= Interruption marketing =

Interruption marketing or outbound marketing is promoting a product through continued advertising, promotions, public relations and sales. It's the opposite of permission marketing and inbound marketing. It is considered to be an annoying version of the traditional way of doing marketing whereby companies focus on finding customers through advertising. (Confusingly, the ambiguous term outbound marketing is sometimes used as a label for interruption marketing.
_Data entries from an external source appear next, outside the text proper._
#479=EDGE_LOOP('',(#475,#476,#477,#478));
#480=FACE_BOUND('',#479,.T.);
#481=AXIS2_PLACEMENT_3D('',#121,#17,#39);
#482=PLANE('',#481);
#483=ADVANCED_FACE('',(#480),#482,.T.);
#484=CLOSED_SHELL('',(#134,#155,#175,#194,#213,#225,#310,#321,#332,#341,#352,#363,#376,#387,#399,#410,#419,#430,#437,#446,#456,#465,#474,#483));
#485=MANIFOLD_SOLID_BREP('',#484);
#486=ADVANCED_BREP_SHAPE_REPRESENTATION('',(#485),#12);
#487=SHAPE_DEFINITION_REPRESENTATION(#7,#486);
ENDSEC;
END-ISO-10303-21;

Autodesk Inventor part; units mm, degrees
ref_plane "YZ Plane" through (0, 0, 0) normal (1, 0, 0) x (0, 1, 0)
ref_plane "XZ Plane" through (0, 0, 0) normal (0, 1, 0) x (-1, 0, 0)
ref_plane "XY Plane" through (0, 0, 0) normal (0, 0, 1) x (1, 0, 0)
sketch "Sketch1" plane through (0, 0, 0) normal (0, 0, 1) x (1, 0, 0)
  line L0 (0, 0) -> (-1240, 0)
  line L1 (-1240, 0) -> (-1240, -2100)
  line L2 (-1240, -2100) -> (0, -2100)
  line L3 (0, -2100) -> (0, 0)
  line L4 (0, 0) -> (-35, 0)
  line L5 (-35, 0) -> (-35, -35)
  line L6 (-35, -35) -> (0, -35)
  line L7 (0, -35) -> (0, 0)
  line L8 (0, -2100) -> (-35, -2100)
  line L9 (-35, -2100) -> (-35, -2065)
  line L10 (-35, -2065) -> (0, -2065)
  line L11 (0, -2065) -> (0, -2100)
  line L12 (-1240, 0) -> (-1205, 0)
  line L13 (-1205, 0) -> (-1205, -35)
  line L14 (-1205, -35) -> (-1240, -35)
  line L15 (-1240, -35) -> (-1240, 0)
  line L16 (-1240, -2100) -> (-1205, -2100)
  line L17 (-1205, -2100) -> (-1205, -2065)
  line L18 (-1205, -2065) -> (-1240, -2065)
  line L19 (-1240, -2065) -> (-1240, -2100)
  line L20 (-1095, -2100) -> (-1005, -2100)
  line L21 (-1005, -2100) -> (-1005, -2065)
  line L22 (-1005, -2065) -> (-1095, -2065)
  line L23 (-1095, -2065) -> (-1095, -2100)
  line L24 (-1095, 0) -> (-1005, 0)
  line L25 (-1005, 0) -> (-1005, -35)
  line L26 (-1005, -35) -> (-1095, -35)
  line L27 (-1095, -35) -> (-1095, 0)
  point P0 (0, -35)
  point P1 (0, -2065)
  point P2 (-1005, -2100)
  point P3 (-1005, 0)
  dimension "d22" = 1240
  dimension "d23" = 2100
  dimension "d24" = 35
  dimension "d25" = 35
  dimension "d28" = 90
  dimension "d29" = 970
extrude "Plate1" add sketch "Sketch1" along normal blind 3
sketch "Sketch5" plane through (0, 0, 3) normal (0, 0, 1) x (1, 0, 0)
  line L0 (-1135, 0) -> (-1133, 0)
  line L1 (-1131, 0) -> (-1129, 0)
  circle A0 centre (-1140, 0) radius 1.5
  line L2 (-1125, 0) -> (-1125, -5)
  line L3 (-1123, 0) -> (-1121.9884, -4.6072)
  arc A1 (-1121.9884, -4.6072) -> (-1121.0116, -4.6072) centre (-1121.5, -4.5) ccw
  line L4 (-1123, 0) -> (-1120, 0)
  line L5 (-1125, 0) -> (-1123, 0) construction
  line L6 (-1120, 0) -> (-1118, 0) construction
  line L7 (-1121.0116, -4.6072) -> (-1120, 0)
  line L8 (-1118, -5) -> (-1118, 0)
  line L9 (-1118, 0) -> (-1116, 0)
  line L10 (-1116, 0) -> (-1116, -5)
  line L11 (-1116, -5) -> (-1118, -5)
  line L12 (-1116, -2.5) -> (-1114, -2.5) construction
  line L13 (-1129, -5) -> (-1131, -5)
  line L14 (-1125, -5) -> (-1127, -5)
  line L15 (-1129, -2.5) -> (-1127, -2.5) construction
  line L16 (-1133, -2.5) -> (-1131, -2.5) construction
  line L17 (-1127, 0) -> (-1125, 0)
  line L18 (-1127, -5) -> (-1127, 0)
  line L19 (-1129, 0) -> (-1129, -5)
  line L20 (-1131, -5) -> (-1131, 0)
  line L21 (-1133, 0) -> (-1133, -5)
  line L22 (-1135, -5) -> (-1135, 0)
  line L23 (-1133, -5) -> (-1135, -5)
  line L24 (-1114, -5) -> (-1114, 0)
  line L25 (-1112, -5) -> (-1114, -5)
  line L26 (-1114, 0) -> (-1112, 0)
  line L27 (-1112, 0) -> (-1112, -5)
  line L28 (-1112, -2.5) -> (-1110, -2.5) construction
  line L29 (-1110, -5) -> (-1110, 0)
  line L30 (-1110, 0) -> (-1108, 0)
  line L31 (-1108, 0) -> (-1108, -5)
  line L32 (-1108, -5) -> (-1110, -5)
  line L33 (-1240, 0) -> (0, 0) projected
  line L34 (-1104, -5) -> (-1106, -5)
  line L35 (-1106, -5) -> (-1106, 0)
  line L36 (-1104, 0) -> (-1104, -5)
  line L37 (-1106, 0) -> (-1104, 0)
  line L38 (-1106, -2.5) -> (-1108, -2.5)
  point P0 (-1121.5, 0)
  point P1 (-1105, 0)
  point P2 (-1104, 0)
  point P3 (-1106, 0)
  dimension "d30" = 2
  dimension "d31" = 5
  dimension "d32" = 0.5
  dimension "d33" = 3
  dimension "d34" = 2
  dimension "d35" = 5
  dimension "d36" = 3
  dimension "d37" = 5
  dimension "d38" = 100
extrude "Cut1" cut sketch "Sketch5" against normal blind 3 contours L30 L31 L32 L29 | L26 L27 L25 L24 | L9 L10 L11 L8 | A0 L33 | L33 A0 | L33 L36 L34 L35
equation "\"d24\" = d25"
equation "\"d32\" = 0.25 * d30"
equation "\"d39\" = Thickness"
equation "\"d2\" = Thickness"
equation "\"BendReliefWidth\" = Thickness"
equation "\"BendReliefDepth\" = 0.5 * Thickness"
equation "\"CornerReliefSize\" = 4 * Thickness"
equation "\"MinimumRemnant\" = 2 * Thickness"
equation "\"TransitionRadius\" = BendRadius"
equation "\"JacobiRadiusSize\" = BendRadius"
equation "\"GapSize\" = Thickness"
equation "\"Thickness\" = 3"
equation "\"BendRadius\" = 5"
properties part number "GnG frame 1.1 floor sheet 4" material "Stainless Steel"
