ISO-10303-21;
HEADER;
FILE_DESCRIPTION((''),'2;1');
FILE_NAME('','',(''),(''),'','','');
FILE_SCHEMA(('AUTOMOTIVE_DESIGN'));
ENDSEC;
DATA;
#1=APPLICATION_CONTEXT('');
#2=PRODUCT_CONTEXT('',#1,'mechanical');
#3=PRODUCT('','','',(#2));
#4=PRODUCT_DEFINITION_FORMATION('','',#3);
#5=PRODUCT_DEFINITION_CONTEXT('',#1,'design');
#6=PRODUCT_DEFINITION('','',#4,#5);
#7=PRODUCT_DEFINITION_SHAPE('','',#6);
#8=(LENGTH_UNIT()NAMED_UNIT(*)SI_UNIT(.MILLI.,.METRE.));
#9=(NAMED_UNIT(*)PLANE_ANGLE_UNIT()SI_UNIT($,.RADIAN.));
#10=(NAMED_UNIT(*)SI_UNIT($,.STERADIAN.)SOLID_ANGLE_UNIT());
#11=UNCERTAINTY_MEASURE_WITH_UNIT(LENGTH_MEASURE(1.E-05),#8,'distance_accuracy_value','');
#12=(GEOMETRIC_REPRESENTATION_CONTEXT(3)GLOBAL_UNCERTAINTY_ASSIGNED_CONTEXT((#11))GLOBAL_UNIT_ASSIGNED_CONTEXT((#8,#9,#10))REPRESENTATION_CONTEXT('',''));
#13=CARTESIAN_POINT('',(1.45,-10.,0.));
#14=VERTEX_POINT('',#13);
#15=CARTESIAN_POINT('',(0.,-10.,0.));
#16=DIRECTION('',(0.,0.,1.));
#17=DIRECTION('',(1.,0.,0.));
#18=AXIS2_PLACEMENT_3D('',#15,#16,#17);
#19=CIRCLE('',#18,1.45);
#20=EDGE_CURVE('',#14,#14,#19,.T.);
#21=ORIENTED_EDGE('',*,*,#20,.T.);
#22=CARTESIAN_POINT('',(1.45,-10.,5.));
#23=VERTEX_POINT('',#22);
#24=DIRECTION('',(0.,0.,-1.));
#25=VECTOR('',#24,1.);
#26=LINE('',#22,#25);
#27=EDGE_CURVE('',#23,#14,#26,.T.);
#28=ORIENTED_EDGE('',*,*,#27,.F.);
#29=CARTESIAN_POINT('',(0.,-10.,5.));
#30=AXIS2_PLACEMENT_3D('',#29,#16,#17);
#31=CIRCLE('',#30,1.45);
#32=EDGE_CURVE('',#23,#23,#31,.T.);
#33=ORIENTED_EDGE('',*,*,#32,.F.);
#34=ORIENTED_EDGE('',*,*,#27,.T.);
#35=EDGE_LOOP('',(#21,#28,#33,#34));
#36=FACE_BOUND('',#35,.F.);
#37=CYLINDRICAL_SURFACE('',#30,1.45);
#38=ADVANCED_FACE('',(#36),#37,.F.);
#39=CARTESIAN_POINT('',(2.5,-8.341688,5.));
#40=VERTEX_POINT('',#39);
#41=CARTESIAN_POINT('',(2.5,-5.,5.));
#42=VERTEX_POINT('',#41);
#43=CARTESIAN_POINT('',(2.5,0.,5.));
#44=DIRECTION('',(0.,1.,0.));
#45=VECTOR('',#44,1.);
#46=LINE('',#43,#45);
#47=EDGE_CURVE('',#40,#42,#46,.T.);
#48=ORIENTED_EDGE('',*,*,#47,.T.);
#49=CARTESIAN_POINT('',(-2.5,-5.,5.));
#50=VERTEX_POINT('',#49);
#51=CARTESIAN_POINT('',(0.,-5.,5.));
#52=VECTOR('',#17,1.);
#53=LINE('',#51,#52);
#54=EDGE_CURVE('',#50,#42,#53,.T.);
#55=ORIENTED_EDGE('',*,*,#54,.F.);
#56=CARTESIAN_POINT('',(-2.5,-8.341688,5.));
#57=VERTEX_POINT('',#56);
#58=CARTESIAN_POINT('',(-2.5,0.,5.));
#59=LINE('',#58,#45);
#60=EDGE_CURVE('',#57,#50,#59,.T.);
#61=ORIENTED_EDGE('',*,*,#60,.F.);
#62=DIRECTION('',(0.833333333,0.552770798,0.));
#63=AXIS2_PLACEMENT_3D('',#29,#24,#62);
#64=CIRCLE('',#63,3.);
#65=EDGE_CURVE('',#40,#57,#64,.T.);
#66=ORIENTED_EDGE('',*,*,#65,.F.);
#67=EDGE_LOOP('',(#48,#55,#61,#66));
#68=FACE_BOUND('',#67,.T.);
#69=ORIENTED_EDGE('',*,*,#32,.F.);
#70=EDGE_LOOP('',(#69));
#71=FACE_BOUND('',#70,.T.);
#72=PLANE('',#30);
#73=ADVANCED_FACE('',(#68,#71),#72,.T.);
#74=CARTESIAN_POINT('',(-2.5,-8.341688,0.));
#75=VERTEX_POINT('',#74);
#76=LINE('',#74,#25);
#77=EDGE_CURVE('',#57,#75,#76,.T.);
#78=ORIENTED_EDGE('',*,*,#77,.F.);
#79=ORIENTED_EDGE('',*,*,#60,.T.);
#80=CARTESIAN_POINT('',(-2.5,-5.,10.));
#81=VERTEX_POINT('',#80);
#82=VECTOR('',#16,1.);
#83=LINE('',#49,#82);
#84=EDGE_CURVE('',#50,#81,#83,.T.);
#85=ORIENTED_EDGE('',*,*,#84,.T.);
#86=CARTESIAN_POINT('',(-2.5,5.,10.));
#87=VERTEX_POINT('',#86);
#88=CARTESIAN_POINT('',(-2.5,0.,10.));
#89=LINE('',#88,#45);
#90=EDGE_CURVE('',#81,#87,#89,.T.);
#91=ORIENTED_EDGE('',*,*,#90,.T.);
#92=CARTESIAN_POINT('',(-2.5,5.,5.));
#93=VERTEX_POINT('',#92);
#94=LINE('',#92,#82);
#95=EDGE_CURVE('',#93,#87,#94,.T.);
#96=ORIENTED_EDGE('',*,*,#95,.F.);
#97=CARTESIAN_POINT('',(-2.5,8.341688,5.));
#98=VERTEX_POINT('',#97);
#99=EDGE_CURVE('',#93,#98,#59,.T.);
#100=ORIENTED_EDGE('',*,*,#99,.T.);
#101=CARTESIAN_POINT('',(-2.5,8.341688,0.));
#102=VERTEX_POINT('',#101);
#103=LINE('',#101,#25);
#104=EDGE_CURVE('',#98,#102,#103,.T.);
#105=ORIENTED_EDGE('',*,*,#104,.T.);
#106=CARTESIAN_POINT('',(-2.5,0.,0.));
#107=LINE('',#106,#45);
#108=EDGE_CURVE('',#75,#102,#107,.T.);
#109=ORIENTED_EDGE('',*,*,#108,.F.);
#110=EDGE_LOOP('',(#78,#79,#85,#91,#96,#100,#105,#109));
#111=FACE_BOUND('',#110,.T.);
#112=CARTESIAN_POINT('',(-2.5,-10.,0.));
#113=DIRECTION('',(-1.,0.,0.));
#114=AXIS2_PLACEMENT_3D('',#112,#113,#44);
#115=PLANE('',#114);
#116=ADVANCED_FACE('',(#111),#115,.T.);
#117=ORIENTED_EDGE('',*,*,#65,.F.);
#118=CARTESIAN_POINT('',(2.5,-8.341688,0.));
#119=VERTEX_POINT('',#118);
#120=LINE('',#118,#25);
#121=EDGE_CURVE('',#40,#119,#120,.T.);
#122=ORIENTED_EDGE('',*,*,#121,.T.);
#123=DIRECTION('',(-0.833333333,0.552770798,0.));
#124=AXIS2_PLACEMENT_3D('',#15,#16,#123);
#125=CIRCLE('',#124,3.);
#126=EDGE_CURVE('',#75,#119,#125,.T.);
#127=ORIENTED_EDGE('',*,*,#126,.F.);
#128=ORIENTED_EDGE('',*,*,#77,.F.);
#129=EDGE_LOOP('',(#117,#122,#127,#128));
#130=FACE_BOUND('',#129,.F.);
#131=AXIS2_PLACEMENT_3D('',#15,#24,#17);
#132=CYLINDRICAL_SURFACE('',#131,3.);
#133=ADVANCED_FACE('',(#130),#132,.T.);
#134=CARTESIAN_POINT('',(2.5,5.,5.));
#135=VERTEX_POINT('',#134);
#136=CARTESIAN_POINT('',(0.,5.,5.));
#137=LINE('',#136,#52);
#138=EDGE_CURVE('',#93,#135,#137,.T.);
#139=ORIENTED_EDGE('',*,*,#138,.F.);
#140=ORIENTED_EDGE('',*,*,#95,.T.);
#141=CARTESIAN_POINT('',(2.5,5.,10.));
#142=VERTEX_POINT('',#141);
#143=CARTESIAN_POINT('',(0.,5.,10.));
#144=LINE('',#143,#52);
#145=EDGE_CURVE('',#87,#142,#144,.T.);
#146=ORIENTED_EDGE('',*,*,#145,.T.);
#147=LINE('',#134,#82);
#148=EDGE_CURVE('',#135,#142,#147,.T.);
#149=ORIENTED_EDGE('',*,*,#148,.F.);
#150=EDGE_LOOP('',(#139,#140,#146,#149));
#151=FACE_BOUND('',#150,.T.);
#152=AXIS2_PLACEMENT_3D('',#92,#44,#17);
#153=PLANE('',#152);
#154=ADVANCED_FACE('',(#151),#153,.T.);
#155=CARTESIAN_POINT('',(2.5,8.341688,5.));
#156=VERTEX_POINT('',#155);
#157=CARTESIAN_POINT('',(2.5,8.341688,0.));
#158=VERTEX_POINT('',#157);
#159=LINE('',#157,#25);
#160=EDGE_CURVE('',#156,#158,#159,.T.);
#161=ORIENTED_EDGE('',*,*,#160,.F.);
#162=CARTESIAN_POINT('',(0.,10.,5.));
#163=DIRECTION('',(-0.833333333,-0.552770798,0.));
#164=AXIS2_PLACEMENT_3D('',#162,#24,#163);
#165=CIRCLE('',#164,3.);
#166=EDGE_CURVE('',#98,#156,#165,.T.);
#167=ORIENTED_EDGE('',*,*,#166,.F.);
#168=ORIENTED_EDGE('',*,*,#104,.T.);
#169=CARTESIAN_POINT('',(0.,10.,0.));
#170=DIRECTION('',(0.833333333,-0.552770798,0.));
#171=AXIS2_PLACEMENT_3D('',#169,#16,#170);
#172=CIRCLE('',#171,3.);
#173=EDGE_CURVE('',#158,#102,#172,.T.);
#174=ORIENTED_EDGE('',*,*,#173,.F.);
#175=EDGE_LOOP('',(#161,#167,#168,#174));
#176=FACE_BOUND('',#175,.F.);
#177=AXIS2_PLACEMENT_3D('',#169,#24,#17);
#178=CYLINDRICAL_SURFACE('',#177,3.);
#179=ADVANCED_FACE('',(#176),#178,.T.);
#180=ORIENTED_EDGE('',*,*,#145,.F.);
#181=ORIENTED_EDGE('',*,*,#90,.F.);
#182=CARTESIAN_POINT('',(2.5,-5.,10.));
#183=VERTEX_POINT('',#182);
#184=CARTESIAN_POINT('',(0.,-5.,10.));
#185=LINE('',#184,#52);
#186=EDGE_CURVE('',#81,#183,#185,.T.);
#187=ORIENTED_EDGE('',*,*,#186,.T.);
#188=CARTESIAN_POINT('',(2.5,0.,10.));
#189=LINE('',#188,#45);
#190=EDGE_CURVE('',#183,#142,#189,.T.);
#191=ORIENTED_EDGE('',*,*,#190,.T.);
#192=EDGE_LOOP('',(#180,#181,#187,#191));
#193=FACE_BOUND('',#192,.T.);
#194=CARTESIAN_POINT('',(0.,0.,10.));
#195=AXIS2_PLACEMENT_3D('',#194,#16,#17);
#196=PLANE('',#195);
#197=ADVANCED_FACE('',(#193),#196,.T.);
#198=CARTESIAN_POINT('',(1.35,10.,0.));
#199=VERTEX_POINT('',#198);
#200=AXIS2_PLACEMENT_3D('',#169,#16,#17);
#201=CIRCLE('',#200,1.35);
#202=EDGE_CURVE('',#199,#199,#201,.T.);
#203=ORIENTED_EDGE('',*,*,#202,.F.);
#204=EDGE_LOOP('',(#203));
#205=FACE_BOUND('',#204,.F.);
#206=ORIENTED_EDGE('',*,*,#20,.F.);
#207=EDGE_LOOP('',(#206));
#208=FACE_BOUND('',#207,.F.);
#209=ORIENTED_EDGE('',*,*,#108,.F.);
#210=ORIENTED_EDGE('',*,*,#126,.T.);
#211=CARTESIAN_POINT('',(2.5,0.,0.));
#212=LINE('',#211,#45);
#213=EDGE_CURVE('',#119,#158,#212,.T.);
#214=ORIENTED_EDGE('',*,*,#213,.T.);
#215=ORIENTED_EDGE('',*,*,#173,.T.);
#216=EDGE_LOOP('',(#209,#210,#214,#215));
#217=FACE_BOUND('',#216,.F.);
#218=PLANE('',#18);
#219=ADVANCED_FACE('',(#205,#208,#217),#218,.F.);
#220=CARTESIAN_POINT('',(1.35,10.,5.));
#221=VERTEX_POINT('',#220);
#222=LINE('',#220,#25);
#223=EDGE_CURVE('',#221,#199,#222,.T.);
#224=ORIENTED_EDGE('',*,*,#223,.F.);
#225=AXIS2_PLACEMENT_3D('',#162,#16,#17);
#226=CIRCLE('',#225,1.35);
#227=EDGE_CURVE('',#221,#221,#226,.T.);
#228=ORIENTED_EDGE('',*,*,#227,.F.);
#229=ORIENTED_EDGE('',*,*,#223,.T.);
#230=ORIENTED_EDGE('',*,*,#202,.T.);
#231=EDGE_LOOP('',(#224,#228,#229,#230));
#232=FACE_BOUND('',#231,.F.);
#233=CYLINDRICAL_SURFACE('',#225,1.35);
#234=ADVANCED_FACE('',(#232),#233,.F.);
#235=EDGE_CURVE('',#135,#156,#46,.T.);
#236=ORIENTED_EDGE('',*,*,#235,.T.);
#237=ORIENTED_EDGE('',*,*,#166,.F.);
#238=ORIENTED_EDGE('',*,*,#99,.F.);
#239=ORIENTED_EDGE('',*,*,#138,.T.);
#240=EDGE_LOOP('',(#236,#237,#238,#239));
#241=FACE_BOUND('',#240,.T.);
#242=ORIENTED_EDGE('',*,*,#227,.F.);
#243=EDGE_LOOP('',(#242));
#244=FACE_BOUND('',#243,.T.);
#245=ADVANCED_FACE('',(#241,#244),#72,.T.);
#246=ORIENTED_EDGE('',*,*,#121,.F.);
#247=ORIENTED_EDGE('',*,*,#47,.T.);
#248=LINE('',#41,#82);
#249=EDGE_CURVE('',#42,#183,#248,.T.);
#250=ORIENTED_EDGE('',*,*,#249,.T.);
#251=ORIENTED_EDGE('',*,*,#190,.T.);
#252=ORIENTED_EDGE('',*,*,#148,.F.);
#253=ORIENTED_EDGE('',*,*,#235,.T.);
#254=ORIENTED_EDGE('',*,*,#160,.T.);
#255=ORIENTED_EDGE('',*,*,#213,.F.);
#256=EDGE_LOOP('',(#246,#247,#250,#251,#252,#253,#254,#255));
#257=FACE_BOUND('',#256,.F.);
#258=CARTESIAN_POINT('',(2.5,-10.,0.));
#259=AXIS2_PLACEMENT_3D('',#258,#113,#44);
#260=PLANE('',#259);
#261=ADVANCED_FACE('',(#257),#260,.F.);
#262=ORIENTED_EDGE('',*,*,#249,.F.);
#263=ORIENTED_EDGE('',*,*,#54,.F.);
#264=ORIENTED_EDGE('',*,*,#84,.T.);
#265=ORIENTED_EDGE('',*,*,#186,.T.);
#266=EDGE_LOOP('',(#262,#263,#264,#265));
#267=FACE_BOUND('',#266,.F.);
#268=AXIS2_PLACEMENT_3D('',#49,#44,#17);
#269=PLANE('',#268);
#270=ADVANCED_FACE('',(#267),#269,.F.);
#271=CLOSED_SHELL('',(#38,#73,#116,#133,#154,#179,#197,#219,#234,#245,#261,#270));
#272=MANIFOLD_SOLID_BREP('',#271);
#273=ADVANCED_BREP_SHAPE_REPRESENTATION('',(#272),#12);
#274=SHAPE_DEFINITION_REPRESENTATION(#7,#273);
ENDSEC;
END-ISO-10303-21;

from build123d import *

# Parameters (mm, degrees)
F0_W      = 5
F0_H      = 20
F1_DEPTH  = 5
F2_R      = 3
F3_DEPTH  = 5
F4_R      = 3
F5_DEPTH  = 5
F6_R      = 1.35
F7_DEPTH  = 5
F8_R      = 1.45
F9_DEPTH  = 5
F10_W     = 5
F10_H     = 10
F11_DEPTH = 5


with BuildPart() as f1:
    # F0 (on Top) → F1 (new body)
    with BuildSketch(Plane.XY):
        Rectangle(F0_W, F0_H)
    extrude(amount=F1_DEPTH)

    # F2 (on Top) → F3 (join)
    with BuildSketch(Plane.XY):
        with Locations((0, 10)):
            Circle(F2_R)
    extrude(amount=F3_DEPTH)

    # F4 (on Top) → F5 (join)
    with BuildSketch(Plane.XY):
        with Locations((0, -10)):
            Circle(F4_R)
    extrude(amount=F5_DEPTH)

    # F6 (on face) → F7 (cut)
    with BuildSketch(Plane.XY.offset(5)):
        with Locations((0, 10)):
            Circle(F6_R)
    extrude(amount=-F7_DEPTH, mode=Mode.SUBTRACT)

    # F8 (on face) → F9 (cut)
    with BuildSketch(Plane.XY.offset(5)):
        with Locations((0, -10)):
            Circle(F8_R)
    extrude(amount=-F9_DEPTH, mode=Mode.SUBTRACT)

    # F10 (on face) → F11 (join)
    with BuildSketch(Plane.XY.offset(5)):
        Rectangle(F10_W, F10_H)
    extrude(amount=F11_DEPTH)


solid = f1.part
This gives rise to an ambiguity because in the past the term had a different meaning, namely that information about finished product capability was flowing out to prospective customers who have a need for it i.e. benign marketing communication and product marketing.)

==Types of interruption marketing==

Interruption marketing can be via various techniques, such as:

- Facebook: promoting a good or service on the news feed or elsewhere on their platform
- Telemarketing: act of promoting a good or service over the telephone
- Print media advertising: promote a product via newspapers or magazines
- Cold calling: the solicitation of business from potential customers who have had no prior contact with the salesperson conducting the call
- Direct mail: promotional circulars sent directly via mail
- E-mail spam: electronic mails sent to large mailing lists
- TV/radio advertisements: promote a product via television and radio

==Usefulness of interruption marketing==

The usefulness of interruption marketing to a business depends on what the company wishes to achieve. If the company has sufficient funds to invest in an advertising campaign and that the management wishes to have quick results, then interruption marketing may be most appropriate. Most businesses depend on interruption marketing to bring in their profits. Site Pro News has stated that the main difference between permission and interruption marketing is that interruption marketing gives quick results and allows for a more scientific way to measure sales.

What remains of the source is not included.